The hardest part and the one nobody is talking about enough is attribution. Every ad business lives and dies on measurement. You have to be able to tell an advertiser their spend worked. In search that flow is relatively clean. User clicked, user converted, here is the data. In a conversational interface the path is much murkier. The user might engage with a sponsored result in ChatGPT, not click, come back three days later in a new session, and then convert through a completely different channel. Which touchpoint gets the credit and how do you assign value to a conversation that influenced a purchase without a direct click? OpenAI is going to need to build new measurement frameworks from scratch. The traditional last-click model does not work here. Until that measurement layer exists and buyers trust it, the CPMs on ChatGPT inventory will be discounted. Not because the intent signal is weak but because marketers cannot prove the ROI in a way their finance teams will accept. That is the real near-term barrier to OpenAI building a massive ad business. Not format. Not user trust. Measurement.
The early signal on pricing tells you everything about what OpenAI is trying to build here. Early beta partners reportedly included Target, Adobe, Ford and Expedia with minimum commitments around $200K and CPMs sitting around $60, which is closer to streaming TV than anything you would see in search. They are not trying to win on volume. They are going after the upfront budget.
So what happens next? OpenAI starts conservative with clearly labeled units at the bottom of responses targeting SaaS and DTC brands where intent is obvious. Within twelve to eighteen months the generative ad format becomes the main product and static placements look like a placeholder by comparison. The measurement problem gets solved through a combination of post-click attribution and advertiser-reported conversion data fed back into the model. OpenAI builds something closer to Amazon’s retail media model than Google’s search model where the conversation, the recommendation, and the transaction all happen in the same place. Google responds aggressively through their own Gemini ad integration because they have the infrastructure, the signals, and the relationships to do it faster.
Here is my honest take on all of this. This is very much needed for OpenAI to stay afloat. The compute costs for eight hundred million users, the graphics cards, the data centers, the energy, it is not a sustainable model without another revenue stream. Paid subscriptions alone will not subsidize a product that is free for seven hundred and sixty million people. Ads are a proven business model. They work. They are probably not the announcement users want to hear but they are the only realistic way to keep this product alive, keep improving it, and keep it accessible to the people who cannot or will not pay.
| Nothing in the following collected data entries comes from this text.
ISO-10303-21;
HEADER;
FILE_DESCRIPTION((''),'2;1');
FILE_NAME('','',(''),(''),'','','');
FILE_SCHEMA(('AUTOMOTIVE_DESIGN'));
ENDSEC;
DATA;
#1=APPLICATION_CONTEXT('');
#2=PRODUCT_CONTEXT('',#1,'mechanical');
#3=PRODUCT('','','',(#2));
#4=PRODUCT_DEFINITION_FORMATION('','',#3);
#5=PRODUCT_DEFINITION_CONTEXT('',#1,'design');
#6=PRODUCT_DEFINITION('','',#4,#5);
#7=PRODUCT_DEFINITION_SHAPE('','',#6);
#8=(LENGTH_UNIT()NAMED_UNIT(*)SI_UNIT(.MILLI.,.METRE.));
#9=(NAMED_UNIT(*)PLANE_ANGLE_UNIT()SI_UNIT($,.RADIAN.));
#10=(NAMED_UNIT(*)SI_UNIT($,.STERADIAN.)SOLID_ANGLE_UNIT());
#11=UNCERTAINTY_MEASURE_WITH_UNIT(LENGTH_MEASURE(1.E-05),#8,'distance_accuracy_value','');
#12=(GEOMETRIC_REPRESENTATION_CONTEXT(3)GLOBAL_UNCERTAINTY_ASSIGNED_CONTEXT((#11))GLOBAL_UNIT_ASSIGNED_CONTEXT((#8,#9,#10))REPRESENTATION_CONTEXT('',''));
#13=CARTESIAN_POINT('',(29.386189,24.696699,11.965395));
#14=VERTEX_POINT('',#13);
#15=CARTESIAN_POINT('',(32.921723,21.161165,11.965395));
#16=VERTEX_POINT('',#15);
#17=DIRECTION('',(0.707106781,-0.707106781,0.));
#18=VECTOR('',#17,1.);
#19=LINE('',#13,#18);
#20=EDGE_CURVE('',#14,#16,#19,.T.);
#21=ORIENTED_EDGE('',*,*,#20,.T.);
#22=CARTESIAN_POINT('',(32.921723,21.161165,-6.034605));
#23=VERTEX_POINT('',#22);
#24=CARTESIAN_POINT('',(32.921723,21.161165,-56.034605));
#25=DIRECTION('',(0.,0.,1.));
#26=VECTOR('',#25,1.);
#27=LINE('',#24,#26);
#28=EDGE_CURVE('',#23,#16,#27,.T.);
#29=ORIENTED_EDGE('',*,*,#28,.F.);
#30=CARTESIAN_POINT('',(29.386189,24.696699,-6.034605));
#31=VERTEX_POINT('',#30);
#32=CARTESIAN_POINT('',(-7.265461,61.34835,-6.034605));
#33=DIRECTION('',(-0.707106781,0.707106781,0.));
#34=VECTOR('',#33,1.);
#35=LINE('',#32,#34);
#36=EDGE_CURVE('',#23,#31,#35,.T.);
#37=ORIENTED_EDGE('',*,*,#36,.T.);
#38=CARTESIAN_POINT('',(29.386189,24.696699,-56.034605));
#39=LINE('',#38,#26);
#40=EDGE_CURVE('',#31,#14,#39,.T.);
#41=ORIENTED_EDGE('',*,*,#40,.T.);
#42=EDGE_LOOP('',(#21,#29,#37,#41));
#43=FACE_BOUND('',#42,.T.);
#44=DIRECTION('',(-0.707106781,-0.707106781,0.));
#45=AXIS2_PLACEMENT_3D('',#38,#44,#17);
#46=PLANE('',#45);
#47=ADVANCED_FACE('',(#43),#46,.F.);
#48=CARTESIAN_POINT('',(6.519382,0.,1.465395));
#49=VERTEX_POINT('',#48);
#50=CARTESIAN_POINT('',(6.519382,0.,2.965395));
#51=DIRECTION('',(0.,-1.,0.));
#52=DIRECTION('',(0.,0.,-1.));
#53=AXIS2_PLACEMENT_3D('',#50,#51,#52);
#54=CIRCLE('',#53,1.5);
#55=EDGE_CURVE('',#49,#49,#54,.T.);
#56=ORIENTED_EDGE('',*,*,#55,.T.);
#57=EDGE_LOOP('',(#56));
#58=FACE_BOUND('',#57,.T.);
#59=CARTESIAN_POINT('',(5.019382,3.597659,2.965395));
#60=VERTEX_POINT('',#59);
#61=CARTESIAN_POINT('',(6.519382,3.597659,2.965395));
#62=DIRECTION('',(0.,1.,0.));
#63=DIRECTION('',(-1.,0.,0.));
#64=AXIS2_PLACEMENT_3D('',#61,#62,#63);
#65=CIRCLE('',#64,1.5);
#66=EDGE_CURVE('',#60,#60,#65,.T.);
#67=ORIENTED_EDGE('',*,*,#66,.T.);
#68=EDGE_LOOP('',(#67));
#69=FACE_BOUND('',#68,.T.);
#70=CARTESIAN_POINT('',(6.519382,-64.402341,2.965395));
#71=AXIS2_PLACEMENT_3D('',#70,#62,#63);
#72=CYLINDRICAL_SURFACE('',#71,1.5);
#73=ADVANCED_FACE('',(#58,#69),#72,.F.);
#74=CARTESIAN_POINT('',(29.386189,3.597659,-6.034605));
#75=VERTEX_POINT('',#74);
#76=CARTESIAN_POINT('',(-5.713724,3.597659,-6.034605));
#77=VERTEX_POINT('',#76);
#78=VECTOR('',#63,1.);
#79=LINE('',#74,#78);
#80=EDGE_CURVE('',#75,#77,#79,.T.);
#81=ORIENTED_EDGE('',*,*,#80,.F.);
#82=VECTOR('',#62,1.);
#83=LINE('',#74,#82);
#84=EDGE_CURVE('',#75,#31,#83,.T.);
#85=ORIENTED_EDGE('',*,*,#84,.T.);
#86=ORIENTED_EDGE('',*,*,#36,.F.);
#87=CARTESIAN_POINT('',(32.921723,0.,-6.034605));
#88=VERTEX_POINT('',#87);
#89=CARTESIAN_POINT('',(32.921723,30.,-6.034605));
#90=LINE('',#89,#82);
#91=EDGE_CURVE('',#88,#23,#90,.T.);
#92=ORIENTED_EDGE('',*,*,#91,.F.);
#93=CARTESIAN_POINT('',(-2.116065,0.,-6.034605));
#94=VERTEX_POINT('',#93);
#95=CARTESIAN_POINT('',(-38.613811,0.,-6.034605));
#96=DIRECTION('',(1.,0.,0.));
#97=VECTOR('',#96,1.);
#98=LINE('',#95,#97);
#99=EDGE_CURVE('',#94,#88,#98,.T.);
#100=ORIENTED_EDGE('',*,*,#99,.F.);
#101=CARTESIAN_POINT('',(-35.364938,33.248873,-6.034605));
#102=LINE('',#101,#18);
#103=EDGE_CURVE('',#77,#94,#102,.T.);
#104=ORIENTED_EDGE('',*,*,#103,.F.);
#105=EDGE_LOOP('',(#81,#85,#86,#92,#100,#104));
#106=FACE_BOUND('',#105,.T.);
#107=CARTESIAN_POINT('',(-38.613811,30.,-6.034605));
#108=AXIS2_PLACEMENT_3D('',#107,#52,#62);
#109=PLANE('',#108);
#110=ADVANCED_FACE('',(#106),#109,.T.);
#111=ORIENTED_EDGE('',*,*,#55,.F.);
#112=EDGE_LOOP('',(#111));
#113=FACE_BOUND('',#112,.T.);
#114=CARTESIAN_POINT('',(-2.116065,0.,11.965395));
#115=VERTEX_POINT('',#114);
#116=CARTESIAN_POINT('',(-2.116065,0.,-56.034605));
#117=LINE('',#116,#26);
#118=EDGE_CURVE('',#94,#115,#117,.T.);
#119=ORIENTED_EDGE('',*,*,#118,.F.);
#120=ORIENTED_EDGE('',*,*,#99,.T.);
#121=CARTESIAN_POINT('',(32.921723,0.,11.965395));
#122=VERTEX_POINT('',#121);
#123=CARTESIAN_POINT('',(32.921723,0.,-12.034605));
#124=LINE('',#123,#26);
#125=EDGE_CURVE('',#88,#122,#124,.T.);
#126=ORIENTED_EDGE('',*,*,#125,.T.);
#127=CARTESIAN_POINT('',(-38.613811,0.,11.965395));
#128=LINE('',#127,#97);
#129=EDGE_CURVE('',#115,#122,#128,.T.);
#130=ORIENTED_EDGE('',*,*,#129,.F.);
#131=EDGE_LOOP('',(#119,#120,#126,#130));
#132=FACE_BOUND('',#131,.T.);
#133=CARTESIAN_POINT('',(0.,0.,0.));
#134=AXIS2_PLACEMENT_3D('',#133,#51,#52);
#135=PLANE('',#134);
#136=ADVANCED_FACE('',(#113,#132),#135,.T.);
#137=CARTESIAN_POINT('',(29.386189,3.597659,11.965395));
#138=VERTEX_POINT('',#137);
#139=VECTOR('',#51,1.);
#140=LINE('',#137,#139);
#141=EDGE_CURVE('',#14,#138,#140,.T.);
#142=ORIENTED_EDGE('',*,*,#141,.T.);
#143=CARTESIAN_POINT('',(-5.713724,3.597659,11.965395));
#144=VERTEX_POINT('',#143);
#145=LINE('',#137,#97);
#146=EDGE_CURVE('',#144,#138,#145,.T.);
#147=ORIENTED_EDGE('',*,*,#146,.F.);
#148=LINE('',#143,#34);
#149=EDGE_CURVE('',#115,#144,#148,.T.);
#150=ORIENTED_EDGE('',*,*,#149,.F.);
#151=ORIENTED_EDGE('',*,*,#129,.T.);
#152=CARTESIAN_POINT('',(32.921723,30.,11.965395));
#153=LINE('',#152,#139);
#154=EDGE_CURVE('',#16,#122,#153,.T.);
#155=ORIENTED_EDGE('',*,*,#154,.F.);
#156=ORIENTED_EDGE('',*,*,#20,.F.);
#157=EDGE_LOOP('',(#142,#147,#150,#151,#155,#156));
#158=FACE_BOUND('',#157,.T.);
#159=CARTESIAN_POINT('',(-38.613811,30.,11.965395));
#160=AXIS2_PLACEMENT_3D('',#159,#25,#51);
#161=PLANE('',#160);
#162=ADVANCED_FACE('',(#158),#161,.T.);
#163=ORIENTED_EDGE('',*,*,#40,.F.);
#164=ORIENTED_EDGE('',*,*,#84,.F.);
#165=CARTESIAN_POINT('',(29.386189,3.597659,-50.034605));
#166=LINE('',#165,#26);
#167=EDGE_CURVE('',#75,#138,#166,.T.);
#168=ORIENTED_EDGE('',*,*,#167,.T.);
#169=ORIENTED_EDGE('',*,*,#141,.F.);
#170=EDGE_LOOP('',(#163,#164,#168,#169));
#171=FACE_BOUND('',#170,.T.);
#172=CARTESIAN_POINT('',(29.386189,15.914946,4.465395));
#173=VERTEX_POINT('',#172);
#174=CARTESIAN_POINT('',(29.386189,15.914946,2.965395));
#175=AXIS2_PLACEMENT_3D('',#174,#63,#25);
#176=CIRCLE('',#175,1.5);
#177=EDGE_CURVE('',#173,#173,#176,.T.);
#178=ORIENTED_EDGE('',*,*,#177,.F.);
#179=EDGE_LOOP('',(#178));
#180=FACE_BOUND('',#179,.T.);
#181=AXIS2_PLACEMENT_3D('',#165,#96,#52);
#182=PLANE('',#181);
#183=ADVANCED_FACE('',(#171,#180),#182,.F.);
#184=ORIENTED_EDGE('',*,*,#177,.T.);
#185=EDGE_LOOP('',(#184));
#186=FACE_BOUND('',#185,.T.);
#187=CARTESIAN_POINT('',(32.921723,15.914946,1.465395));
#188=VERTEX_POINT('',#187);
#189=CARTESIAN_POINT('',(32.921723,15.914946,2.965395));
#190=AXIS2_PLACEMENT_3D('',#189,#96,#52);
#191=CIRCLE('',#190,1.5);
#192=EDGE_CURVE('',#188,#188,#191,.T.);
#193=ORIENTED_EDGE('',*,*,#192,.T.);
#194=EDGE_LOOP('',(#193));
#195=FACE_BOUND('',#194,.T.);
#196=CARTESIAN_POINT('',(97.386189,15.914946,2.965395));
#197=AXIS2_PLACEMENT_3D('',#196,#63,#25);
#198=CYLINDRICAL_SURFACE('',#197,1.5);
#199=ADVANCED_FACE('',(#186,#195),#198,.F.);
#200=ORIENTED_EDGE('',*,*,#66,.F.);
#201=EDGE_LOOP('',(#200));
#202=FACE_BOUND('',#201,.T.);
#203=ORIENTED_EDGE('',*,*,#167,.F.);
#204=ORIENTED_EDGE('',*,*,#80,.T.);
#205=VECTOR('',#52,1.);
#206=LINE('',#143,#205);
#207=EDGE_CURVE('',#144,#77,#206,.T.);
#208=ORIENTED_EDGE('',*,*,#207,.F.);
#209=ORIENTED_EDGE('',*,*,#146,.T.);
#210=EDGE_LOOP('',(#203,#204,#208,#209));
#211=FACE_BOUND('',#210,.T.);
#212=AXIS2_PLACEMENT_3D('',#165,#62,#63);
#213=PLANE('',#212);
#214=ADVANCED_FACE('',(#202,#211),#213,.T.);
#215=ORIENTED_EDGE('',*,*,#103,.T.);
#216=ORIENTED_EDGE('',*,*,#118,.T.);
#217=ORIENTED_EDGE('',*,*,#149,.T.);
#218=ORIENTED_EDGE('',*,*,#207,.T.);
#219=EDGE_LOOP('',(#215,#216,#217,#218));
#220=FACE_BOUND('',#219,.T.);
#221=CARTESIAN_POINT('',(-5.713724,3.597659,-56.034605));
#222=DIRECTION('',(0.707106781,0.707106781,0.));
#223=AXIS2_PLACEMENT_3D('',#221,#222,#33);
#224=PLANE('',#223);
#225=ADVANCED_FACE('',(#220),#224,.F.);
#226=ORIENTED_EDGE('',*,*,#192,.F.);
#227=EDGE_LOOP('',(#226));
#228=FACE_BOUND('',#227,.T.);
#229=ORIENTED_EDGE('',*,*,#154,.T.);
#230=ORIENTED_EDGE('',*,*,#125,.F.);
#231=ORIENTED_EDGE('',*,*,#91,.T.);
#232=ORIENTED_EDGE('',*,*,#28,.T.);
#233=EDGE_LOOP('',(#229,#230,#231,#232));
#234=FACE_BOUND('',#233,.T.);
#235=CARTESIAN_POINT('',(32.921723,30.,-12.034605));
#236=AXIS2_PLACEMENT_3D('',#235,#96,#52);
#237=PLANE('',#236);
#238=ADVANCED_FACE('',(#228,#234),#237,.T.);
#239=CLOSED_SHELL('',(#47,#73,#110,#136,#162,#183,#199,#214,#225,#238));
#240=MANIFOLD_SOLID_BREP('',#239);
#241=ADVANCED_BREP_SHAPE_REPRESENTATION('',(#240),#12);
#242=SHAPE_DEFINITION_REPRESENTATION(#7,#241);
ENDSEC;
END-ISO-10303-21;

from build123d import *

# Parameters (mm, degrees)
IZIM1_W                     = 60
IZIM1_H                     = 30
Y_KSEKLIK_EKSTR_ZYON1_DEPTH = 30
KES_EKSTR_ZYON1_DEPTH       = 30
IZIM3_W                     = 60.882003546
IZIM3_H                     = 31.045979635
KES_EKSTR_ZYON2_DEPTH       = 68
IZIM5_R                     = 1.5
KES_EKSTR_ZYON3_DEPTH       = 68
KES_EKSTR_ZYON6_DEPTH       = 68
KES_EKSTR_ZYON6_DEPTH_BACK  = 68
IZIM6_W                     = 6
IZIM6_H                     = 30
IZIM7_R                     = 1.5
KES_EKSTR_ZYON7_DEPTH       = 68
IZIM8_W                     = 21.364552878
IZIM8_H                     = 18
KES_EKSTR_ZYON8_DEPTH       = 68
KES_EKSTR_ZYON9_DEPTH       = 68
KES_EKSTR_ZYON10_DEPTH      = 68
KES_EKSTR_ZYON11_DEPTH      = 68
KES_EKSTR_ZYON12_DEPTH      = 68


with BuildPart() as part:
    # Çizim1 → Yükseklik-Ekstrüzyon1 (new body)
    with BuildSketch(Plane(origin=(0, 0, 0), x_dir=(1, 0, 0), z_dir=(0, 1, 0))):
        with Locations((2.921722845, -2.96539542)):
            Rectangle(IZIM1_W, IZIM1_H)
    extrude(amount=Y_KSEKLIK_EKSTR_ZYON1_DEPTH)

    # Çizim2 → Kes-Ekstrüzyon1 (cut)
    with BuildSketch(Plane.XY.offset(17.96539542)):
        Polygon((-27.078277155, 0), (32.921722845, 30), (-27.078277155, 30), align=None)
    extrude(amount=-KES_EKSTR_ZYON1_DEPTH, mode=Mode.SUBTRACT)

    # Çizim3 → Kes-Ekstrüzyon2 (cut)
    with BuildSketch(Plane.XY.offset(17.96539542)):
        with Locations((-1.054812834, 19.120649243)):
            Rectangle(IZIM3_W, IZIM3_H)
    extrude(amount=-KES_EKSTR_ZYON2_DEPTH, mode=Mode.SUBTRACT)

    # Çizim5 → Kes-Ekstrüzyon3 (cut)
    with BuildSketch(Plane.ZY.offset(-29.386188939)):
        with Locations((2.96539542, 15.914946236)):
            Circle(IZIM5_R)
    extrude(amount=-KES_EKSTR_ZYON3_DEPTH, mode=Mode.SUBTRACT)

    # Çizim6 → Kes-Ekstrüzyon6 (cut, two sides: drawn at the far end of the back side and taken through both)
    with BuildSketch(Plane.ZY.offset(-29.386188939).offset(-KES_EKSTR_ZYON6_DEPTH_BACK)):
        with Locations((-9.03460458, 15)):
            Rectangle(IZIM6_W, IZIM6_H)
        with Locations((14.96539542, 15)):
            Rectangle(IZIM6_W, IZIM6_H)
    extrude(amount=KES_EKSTR_ZYON6_DEPTH + KES_EKSTR_ZYON6_DEPTH_BACK, mode=Mode.SUBTRACT)

    # Çizim7 → Kes-Ekstrüzyon7 (cut)
    with BuildSketch(Plane(origin=(0, 3.597659425, 0), x_dir=(1, 0, 0), z_dir=(0, 1, 0))):
        with Locations((6.51938227, -2.96539542)):
            Circle(IZIM7_R)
The setup is there. The users are there. The money is there to be made. The miss here is timing. OpenAI should have started building this in 2024 when Altman was still calling ads a last resort. That hesitation was expensive. Google is not going to sit still. They have the ad infrastructure already built, they have the user data, they have the signals, and they have everything to gain by integrating Gemini properly into their ad stack. OpenAI has the intent signal and the conversational format. Google has everything else. That race is the story of the next two years and we shall see how it plays out.